Foi chegando perto devagar, procurando não fazer barulho, até parar atrás do tronco grosso, espiando por de trás dele, admirando os cabelos claros, a cabeça loira inclinada sobre um livro grande, as costas apoiadas na árvore enquanto lia concentrado. O moreno nem se mexia e mal respirava para não alertá-lo de sua presença.

— Você não acredita realmente que eu não percebi a sua chegada, não é, Cicatriz? – Draco nem mesmo se moveu da posição em que estava. — Até um trasgo seria mais silencioso que você.

— Eu não estava tentando ser silencioso. – Saiu de trás da árvore, caminhando para o lado e ficando a alguns passos dele, olhando para o loiro e vendo-o erguer a cabeça e encará-lo fixamente, sorrindo de canto.

— Humpf... Me seguindo o tempo todo... – Resmungou fechando o livro e se levantando, batendo a grama e as folhas da roupa. — Um filhote de troll adestrado por um velho gagá...

— Não fale assim do professor Dumbledore! – Deu dois passos em direção dele, os punhos fechados, o rosto ficando vermelho.

— Senão o que... Vai me bater? – Ironizou o loiro já empunhando a varinha. — Ui, tô morrendo de medo!

— Será que você não sabe ficar de boca fechada? – Respondeu, já pegando a varinha no cós da calça. — Não me provoca Malfoy!

— Por que...?  Vai terminar o serviço? – Arregalou os olhos dramaticamente, colocando a mão com o livro sobre o peito, debochando. — Vai me... Matar?

— Mas que merda, Malfoy! Eu não queria, nem nunca quis te matar! – Se aproximou mais dois passos, empunhando a varinha com força. — Só estava me defendendo, foi você quem começou!

— Não foi o que pareceu... – Deu dois passos para trás, saindo para o lado, ficando com a retaguarda livre. — Fui eu quem acabei numa poça de sangue!

— Eu não sabia o que o feitiço faria... – Abaixou a varinha. — Eu não pensei...

— Vocês grifinórios nunca pensam. – A varinha continuava em riste. — Mas nesse caso eu faria o mesmo com um inimigo.
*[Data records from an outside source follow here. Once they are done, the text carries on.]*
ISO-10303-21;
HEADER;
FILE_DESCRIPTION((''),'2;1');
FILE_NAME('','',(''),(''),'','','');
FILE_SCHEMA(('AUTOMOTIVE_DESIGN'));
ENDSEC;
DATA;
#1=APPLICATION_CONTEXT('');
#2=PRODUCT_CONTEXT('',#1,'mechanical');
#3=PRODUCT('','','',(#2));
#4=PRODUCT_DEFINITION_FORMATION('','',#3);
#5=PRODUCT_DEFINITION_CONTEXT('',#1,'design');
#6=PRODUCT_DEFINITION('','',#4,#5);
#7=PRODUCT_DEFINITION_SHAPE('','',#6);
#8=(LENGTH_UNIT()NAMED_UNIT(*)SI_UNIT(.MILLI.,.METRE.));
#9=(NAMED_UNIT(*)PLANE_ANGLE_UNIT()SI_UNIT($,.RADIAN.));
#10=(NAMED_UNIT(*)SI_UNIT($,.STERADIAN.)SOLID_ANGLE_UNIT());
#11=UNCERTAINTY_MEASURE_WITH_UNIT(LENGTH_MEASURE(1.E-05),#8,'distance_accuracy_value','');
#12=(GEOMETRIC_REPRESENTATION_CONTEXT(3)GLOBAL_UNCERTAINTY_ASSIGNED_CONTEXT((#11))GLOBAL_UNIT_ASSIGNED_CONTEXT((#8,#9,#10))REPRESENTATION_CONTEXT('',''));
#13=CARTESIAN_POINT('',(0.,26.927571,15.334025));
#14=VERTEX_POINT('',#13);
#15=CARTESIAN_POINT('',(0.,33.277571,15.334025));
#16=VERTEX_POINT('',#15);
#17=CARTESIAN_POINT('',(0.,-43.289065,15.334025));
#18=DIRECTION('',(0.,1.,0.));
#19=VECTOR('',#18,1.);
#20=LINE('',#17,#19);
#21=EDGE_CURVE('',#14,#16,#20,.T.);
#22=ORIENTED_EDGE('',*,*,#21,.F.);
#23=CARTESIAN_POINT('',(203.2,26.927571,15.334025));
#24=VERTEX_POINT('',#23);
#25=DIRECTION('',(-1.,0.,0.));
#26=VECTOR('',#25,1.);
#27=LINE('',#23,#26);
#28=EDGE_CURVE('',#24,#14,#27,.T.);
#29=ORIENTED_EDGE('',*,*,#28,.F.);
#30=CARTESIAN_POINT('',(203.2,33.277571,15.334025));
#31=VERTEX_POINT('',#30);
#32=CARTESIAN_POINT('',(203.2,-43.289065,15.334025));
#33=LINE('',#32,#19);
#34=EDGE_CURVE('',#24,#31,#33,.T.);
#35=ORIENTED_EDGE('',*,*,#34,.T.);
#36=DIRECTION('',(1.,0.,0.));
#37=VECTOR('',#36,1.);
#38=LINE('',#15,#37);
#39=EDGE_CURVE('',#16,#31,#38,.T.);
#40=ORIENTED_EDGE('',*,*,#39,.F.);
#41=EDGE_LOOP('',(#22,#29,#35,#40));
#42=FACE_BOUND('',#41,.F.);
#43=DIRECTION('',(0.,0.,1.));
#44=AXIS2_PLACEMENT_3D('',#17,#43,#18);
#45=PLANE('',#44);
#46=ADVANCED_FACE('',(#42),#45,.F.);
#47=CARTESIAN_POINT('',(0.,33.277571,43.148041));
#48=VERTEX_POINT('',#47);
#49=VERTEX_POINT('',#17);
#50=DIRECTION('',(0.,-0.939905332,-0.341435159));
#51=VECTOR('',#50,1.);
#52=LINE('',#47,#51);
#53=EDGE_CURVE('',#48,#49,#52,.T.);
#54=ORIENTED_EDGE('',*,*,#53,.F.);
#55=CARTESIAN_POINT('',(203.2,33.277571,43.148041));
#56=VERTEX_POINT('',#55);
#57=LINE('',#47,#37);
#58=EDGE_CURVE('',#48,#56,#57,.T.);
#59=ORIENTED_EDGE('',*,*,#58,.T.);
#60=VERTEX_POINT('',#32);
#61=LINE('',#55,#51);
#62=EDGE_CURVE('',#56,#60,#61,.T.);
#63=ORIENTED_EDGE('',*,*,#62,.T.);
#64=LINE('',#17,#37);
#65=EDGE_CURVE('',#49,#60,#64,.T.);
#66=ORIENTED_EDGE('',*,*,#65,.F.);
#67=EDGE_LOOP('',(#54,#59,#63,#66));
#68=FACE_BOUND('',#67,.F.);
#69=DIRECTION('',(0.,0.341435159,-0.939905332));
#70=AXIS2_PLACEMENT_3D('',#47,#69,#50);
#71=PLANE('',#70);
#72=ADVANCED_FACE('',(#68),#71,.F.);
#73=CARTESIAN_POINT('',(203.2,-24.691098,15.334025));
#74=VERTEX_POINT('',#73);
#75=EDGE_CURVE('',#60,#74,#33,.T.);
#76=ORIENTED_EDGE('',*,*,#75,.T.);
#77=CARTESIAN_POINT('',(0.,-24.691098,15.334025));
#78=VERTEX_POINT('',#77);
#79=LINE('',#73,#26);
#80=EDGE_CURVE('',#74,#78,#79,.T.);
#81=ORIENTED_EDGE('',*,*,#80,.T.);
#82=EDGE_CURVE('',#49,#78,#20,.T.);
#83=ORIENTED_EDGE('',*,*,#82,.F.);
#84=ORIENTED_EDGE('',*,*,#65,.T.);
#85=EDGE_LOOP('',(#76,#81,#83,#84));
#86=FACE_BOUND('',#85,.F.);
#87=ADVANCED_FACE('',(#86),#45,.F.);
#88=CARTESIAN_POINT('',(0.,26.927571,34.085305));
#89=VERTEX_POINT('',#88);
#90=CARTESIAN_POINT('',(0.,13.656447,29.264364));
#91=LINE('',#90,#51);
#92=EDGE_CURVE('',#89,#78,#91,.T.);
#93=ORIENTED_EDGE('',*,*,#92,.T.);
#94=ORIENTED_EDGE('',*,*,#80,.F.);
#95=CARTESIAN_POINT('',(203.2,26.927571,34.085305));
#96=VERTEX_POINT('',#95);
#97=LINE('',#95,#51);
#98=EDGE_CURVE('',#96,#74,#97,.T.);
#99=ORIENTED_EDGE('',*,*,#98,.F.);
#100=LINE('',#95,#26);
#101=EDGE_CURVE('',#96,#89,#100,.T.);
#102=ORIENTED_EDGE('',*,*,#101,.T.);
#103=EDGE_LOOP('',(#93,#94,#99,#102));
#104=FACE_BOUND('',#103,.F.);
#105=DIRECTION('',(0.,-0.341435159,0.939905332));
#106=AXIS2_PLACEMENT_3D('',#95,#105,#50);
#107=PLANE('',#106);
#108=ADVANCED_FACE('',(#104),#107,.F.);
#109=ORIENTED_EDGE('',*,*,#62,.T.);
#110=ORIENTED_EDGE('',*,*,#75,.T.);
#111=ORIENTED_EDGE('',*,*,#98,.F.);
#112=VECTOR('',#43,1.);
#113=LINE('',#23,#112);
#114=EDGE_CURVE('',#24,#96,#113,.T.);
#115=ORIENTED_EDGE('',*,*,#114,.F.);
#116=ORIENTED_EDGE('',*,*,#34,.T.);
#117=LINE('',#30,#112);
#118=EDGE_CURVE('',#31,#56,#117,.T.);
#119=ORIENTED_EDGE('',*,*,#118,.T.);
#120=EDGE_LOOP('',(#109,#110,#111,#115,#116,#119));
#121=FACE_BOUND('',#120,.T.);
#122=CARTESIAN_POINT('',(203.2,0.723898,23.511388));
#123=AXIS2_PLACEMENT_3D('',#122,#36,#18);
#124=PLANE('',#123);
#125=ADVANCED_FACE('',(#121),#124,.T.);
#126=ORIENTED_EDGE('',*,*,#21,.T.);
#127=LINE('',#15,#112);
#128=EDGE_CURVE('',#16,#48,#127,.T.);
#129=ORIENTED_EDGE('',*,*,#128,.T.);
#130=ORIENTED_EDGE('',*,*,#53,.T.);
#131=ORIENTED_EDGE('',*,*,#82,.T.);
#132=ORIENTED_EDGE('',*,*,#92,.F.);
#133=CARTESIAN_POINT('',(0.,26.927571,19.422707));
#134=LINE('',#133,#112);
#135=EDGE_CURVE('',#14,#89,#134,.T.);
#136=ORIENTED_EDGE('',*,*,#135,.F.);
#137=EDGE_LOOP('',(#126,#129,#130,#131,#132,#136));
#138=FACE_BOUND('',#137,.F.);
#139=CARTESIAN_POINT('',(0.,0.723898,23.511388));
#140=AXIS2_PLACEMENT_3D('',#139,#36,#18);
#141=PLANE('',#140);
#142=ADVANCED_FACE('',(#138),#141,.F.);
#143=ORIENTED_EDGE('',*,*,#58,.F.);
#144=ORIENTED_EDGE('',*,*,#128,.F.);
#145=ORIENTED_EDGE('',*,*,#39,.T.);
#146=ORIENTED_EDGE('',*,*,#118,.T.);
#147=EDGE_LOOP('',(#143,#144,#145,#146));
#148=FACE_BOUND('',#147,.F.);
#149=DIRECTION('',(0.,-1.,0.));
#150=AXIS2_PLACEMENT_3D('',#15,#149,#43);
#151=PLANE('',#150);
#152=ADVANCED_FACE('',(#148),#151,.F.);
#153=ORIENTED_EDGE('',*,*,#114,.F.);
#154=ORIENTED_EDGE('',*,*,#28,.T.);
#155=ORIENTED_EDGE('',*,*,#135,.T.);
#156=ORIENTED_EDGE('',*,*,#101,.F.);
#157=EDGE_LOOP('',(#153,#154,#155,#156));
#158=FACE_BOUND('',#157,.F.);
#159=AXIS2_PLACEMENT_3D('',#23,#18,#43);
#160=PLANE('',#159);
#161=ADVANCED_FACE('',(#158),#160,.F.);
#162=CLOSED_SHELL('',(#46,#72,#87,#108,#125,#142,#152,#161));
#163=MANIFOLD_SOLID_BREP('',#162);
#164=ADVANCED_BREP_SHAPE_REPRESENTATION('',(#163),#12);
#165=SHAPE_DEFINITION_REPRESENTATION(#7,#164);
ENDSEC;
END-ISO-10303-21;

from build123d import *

# Parameters (mm, degrees)
F0_W     = 58.9387752116
F0_H     = 49.3731051683
F1_DEPTH = 134.7465757281
F2_R     = 16.9673265676
F3_DEPTH = 58.9397752116
F4_R     = 12.7
F7_DEPTH = 203.2
F9_DEPTH = 203.201


with BuildPart() as f1:
    # F0 (on Top) → F1 (new body)
    with BuildSketch(Plane.XY):
        with Locations((3.1067002565, 0.1738145947)):
            Rectangle(F0_W, F0_H)
    extrude(amount=F1_DEPTH)

    # F2 (on face) → F3 (cut, through all)
    with BuildSketch(Plane(origin=(-26.3626873493, 0, 0), x_dir=(0, -1, 0), z_dir=(-1, 0, 0))):
        with Locations((10.2675408125, 109.3456819654)):
            Circle(F2_R)
    extrude(amount=-F3_DEPTH, mode=Mode.SUBTRACT)

    # F4
    f4_edges = [f1.edges().sort_by_distance(p)[0] for p in [
        (32.576088, 0.173815, 134.746576),
    ]]
    fillet(f4_edges, radius=F4_R)


with BuildPart() as f7:
    # F6 (on Right) → F7 (new body)
    with BuildSketch(Plane.YZ):
        Polygon((33.2775712013, 15.3340250254), (33.2775712013, 43.1480407715), (-43.289065361, 15.3340250254), align=None)
    extrude(amount=F7_DEPTH)

    # F8 (on face) → F9 (cut, through all)
    with BuildSketch(Plane.YZ.offset(203.2)):
        Polygon((26.9275712013, 34.0853054408), (-24.6910978089, 15.3340250254), (26.9275712013, 15.3340250254), align=None)
    extrude(amount=-F9_DEPTH, mode=Mode.SUBTRACT)


solid = f7.part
— Por que você insiste tanto nisso? – Deu mais dois passos para frente, vendo-o dar dois para trás. — Você não é meu inimigo!
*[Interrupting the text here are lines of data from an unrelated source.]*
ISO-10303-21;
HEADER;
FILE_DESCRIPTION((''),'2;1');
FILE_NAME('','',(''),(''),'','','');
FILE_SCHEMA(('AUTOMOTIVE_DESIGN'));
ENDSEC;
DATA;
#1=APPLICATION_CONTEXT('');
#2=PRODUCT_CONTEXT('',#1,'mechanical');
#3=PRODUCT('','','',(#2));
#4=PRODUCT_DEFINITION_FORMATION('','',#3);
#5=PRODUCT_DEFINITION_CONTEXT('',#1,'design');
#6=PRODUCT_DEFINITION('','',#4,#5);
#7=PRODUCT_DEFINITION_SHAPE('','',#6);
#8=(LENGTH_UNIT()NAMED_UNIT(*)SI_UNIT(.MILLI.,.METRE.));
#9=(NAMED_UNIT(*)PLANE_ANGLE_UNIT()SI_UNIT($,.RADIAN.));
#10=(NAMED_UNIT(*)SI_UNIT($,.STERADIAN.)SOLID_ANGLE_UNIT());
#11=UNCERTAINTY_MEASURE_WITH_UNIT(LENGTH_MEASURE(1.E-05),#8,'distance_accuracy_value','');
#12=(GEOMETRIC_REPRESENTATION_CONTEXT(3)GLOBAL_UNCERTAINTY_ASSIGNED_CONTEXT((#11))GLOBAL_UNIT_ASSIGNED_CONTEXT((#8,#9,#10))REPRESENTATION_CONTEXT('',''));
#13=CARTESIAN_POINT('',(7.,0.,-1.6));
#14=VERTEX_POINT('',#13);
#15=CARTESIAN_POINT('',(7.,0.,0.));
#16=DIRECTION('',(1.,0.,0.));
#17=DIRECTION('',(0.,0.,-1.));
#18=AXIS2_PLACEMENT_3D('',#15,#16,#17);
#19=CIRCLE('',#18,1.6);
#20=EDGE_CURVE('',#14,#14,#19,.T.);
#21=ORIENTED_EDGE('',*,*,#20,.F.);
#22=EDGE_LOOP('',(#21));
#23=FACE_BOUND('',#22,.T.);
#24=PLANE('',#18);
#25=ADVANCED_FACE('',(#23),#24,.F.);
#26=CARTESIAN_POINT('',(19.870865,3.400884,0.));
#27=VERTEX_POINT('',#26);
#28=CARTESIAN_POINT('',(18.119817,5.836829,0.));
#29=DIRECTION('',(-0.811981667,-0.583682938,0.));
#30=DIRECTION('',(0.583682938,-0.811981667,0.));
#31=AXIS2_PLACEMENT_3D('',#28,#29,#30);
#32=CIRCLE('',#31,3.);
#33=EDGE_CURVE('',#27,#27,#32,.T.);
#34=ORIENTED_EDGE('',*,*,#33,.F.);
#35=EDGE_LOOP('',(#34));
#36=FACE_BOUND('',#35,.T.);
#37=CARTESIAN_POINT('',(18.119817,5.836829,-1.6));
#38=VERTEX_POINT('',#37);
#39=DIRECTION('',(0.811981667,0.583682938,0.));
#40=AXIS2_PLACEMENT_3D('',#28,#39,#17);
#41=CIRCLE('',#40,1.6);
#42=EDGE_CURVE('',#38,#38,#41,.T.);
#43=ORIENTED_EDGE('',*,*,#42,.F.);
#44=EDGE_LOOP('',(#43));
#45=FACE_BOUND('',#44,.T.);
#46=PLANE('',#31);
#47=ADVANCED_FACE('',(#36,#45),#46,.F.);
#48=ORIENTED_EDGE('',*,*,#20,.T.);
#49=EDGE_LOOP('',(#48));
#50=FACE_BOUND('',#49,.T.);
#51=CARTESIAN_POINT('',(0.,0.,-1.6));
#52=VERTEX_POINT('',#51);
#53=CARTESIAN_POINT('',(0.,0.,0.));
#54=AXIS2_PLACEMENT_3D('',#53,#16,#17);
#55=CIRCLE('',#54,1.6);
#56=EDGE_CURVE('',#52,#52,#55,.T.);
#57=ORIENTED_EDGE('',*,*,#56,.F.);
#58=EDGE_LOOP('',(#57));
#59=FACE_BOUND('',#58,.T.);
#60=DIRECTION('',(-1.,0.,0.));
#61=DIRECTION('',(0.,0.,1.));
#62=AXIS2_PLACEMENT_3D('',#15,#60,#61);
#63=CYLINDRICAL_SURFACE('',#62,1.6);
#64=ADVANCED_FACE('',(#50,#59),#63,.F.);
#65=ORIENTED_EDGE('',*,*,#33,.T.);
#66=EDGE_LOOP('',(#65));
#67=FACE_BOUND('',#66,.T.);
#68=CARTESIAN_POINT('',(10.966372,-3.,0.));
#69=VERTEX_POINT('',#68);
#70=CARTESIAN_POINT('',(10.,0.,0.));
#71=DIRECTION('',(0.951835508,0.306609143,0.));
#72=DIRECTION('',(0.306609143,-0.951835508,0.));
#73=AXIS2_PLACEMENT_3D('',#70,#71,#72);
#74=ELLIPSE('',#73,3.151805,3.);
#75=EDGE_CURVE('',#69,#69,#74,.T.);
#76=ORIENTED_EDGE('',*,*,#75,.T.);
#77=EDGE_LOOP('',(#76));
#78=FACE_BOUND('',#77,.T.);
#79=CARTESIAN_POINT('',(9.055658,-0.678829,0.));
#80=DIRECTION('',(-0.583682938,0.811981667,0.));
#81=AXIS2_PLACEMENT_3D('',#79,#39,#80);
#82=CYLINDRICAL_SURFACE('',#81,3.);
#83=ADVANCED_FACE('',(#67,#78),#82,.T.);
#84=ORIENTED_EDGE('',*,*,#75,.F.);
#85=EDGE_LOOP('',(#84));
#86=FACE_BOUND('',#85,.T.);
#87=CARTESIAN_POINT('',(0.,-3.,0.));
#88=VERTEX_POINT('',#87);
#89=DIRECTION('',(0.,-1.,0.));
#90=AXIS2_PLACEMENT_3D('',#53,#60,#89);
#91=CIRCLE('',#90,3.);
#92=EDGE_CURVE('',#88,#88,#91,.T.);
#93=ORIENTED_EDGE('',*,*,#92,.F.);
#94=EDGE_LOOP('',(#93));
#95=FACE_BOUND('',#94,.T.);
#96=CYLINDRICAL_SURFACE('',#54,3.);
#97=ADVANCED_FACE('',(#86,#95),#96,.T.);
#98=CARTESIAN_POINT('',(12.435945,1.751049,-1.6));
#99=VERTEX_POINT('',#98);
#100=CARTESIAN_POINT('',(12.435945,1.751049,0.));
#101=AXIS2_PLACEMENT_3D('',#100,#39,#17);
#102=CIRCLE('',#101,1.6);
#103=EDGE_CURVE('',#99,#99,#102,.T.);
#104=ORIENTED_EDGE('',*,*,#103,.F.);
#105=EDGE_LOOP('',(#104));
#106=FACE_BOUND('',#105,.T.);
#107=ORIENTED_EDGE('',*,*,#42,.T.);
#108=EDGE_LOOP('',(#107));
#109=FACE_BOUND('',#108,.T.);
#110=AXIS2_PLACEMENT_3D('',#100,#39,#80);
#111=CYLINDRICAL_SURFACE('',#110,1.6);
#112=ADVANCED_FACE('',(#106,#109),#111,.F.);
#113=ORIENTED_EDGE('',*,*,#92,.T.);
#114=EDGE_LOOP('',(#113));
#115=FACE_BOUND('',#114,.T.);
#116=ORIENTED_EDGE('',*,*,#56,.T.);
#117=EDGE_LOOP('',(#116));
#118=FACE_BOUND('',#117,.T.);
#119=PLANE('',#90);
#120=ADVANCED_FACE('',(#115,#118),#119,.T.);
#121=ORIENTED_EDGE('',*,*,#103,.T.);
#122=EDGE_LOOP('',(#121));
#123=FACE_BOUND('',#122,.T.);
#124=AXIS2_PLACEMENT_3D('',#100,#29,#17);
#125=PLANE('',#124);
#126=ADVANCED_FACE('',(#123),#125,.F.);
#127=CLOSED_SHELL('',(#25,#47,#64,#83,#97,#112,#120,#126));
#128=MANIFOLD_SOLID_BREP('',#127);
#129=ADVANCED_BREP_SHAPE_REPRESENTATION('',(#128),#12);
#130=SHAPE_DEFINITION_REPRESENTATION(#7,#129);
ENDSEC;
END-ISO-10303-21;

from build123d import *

# Parameters (mm, degrees)
SWEEP1_PROFILE_R   = 3
SKETCH3_R          = 1.6
CUT_EXTRUDE1_DEPTH = 7


with BuildPart() as part:
    # Sweep1: sweep along a path in Sketch2
    with BuildLine(Plane.XY) as sweep1_path:
        Line((0, 0), (10, 0))
        Line((10, 0), (18.119816674, 5.836829378))
    # Sweep1 profile (on start of the path) → Sweep1 (sweep)
    with BuildSketch(Plane(origin=(0, 0, 0), x_dir=(0, 0, 1), z_dir=(1, 0, 0))):
        Circle(SWEEP1_PROFILE_R)
    sweep(path=sweep1_path.line, transition=Transition.RIGHT)

    # Sketch3 → Cut-Extrude1 (cut)
    with BuildSketch(Plane(origin=(0, 0, 0), x_dir=(0, 0, -1), z_dir=(1, 0, 0))):
        Circle(SKETCH3_R)
    cut_extrude1 = extrude(amount=CUT_EXTRUDE1_DEPTH, mode=Mode.SUBTRACT)

    # Mirror1: Cut-Extrude1 across plane
    add(cut_extrude1.mirror(Plane(origin=(9.059908337, 2.918414689, 0), x_dir=(0, 0, 1), z_dir=(0.951835508, 0.306609143, 0))), mode=Mode.SUBTRACT)


solid = part.part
— Estamos em lados opostos. Então você É meu inimigo sim! – Afirmou com ênfase. — É indiscutível...

— Não precisa ser assim...

— Não seja ingênuo Testa-rachada. – Afastou-se um pouco mais, os olhos frios e brilhantes, a voz dura. — Sou Draco, filho de Lucius Malfoy, filho de um comensal da morte, braço direito do Lorde das Trevas. Não tem outro jeito, somos inimigos e ponto.
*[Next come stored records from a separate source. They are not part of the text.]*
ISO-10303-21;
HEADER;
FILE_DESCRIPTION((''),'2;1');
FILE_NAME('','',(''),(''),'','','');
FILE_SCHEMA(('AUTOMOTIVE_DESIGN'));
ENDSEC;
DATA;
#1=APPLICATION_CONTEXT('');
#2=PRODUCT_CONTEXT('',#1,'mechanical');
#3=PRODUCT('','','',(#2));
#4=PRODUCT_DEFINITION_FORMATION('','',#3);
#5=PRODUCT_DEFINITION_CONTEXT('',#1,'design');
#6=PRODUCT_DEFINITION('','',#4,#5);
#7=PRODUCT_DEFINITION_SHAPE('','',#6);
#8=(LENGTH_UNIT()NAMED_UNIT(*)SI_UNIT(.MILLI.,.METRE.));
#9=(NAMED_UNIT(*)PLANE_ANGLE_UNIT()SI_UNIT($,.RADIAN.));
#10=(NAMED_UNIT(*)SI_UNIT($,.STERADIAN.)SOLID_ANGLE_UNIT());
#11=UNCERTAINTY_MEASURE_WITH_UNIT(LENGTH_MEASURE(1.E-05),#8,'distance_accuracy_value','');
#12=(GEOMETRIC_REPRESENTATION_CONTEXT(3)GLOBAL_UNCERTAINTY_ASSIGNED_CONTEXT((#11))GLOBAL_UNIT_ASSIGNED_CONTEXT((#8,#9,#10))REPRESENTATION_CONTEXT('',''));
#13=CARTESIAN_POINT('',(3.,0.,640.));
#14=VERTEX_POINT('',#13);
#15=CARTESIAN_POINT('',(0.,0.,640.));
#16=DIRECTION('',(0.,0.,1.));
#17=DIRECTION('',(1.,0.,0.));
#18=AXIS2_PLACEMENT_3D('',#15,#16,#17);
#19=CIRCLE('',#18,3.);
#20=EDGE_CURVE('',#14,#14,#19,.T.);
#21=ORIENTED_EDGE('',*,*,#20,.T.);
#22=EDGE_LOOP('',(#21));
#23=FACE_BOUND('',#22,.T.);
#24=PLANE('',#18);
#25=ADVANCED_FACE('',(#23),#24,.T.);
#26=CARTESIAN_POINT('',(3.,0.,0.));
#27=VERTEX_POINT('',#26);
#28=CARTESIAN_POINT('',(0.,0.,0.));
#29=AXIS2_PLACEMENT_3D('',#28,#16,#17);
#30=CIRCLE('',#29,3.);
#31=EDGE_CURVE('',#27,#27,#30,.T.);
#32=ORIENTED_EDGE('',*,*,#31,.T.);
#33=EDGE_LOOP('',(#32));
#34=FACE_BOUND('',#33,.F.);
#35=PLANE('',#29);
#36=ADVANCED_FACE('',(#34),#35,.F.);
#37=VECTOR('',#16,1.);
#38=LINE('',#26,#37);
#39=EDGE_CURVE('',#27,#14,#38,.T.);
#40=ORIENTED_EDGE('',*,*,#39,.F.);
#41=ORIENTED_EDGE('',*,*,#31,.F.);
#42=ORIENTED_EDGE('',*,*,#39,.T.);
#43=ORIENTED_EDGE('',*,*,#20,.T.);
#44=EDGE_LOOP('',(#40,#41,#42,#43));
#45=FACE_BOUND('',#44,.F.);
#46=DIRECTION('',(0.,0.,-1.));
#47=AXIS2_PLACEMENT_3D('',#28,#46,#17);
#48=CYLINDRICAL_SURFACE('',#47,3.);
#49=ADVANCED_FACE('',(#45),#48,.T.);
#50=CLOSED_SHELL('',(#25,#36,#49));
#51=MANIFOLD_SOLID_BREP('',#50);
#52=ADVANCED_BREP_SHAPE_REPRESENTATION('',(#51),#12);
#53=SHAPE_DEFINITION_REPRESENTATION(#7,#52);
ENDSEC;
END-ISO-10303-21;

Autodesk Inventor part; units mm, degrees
ref_plane "YZ Plane" through (0, 0, 0) normal (1, 0, 0) x (0, 1, 0)
ref_plane "XZ Plane" through (0, 0, 0) normal (0, 1, 0) x (-1, 0, 0)
ref_plane "Work Plane1" through (2.1516, -2.5028, 640) normal (0, 0, 1) x (0.7481, -0.6636, 0)
sketch "Sketch1" plane through (0, 0, 0) normal (0, 0, 1) x (1, 0, 0)
  circle A0 centre (0, 0) radius 3
  dimension "d0" = 6
extrude "Extrusion1" add sketch "Sketch1" along normal up to surface (640 mm away)
thread "Thread1" size "M6x1" class "6g" standard "ANSI Metric M Profile" full length
properties part number "M6SS" material "Steel"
— Você bate na mesma tecla todas as vezes. – E Harry parecia desapontado. — Mas podia ser diferente, podíamos falar com o professor Dumbledore, podíamos achar uma saída, podíamos te proteger...

Draco riu, os olhos brilhando no rosto inflexível, dando mais alguns passos para trás, afastando-se mais, impondo uma distância segura entre eles, e abaixando a varinha.

— Não sei por que isso parece te incomodar tanto, Menino de Ouro, as coisas são como devem ser. Somos inimigos, ponto. Isso não me incomoda. – Ergueu o queixo com altivez. — O que me incomoda... – Abaixou a cabeça, e hesitou, antes de o olhar de novo, frio e arrogante. — ...Não é ter meu “inimigo” me seguindo o tempo todo, nem ter meu “inimigo” invadindo meus sonhos, nem mesmo ouvir certas palavras perturbadoras do meu “inimigo”. – Draco disse parado a alguns passos do moreno, olhando-o intensamente. — O que me perturba... Não é descobrir que ele “não é meu inimigo”, mas que eu gostaria de “poder” dizer essas mesmas palavras para ele.

E lhe deu as costas, indo para o castelo, sem nem mesmo olhar para trás, sem ver os olhos verdes intensos arregalados de surpresa, com um brilho de esperança luzindo neles.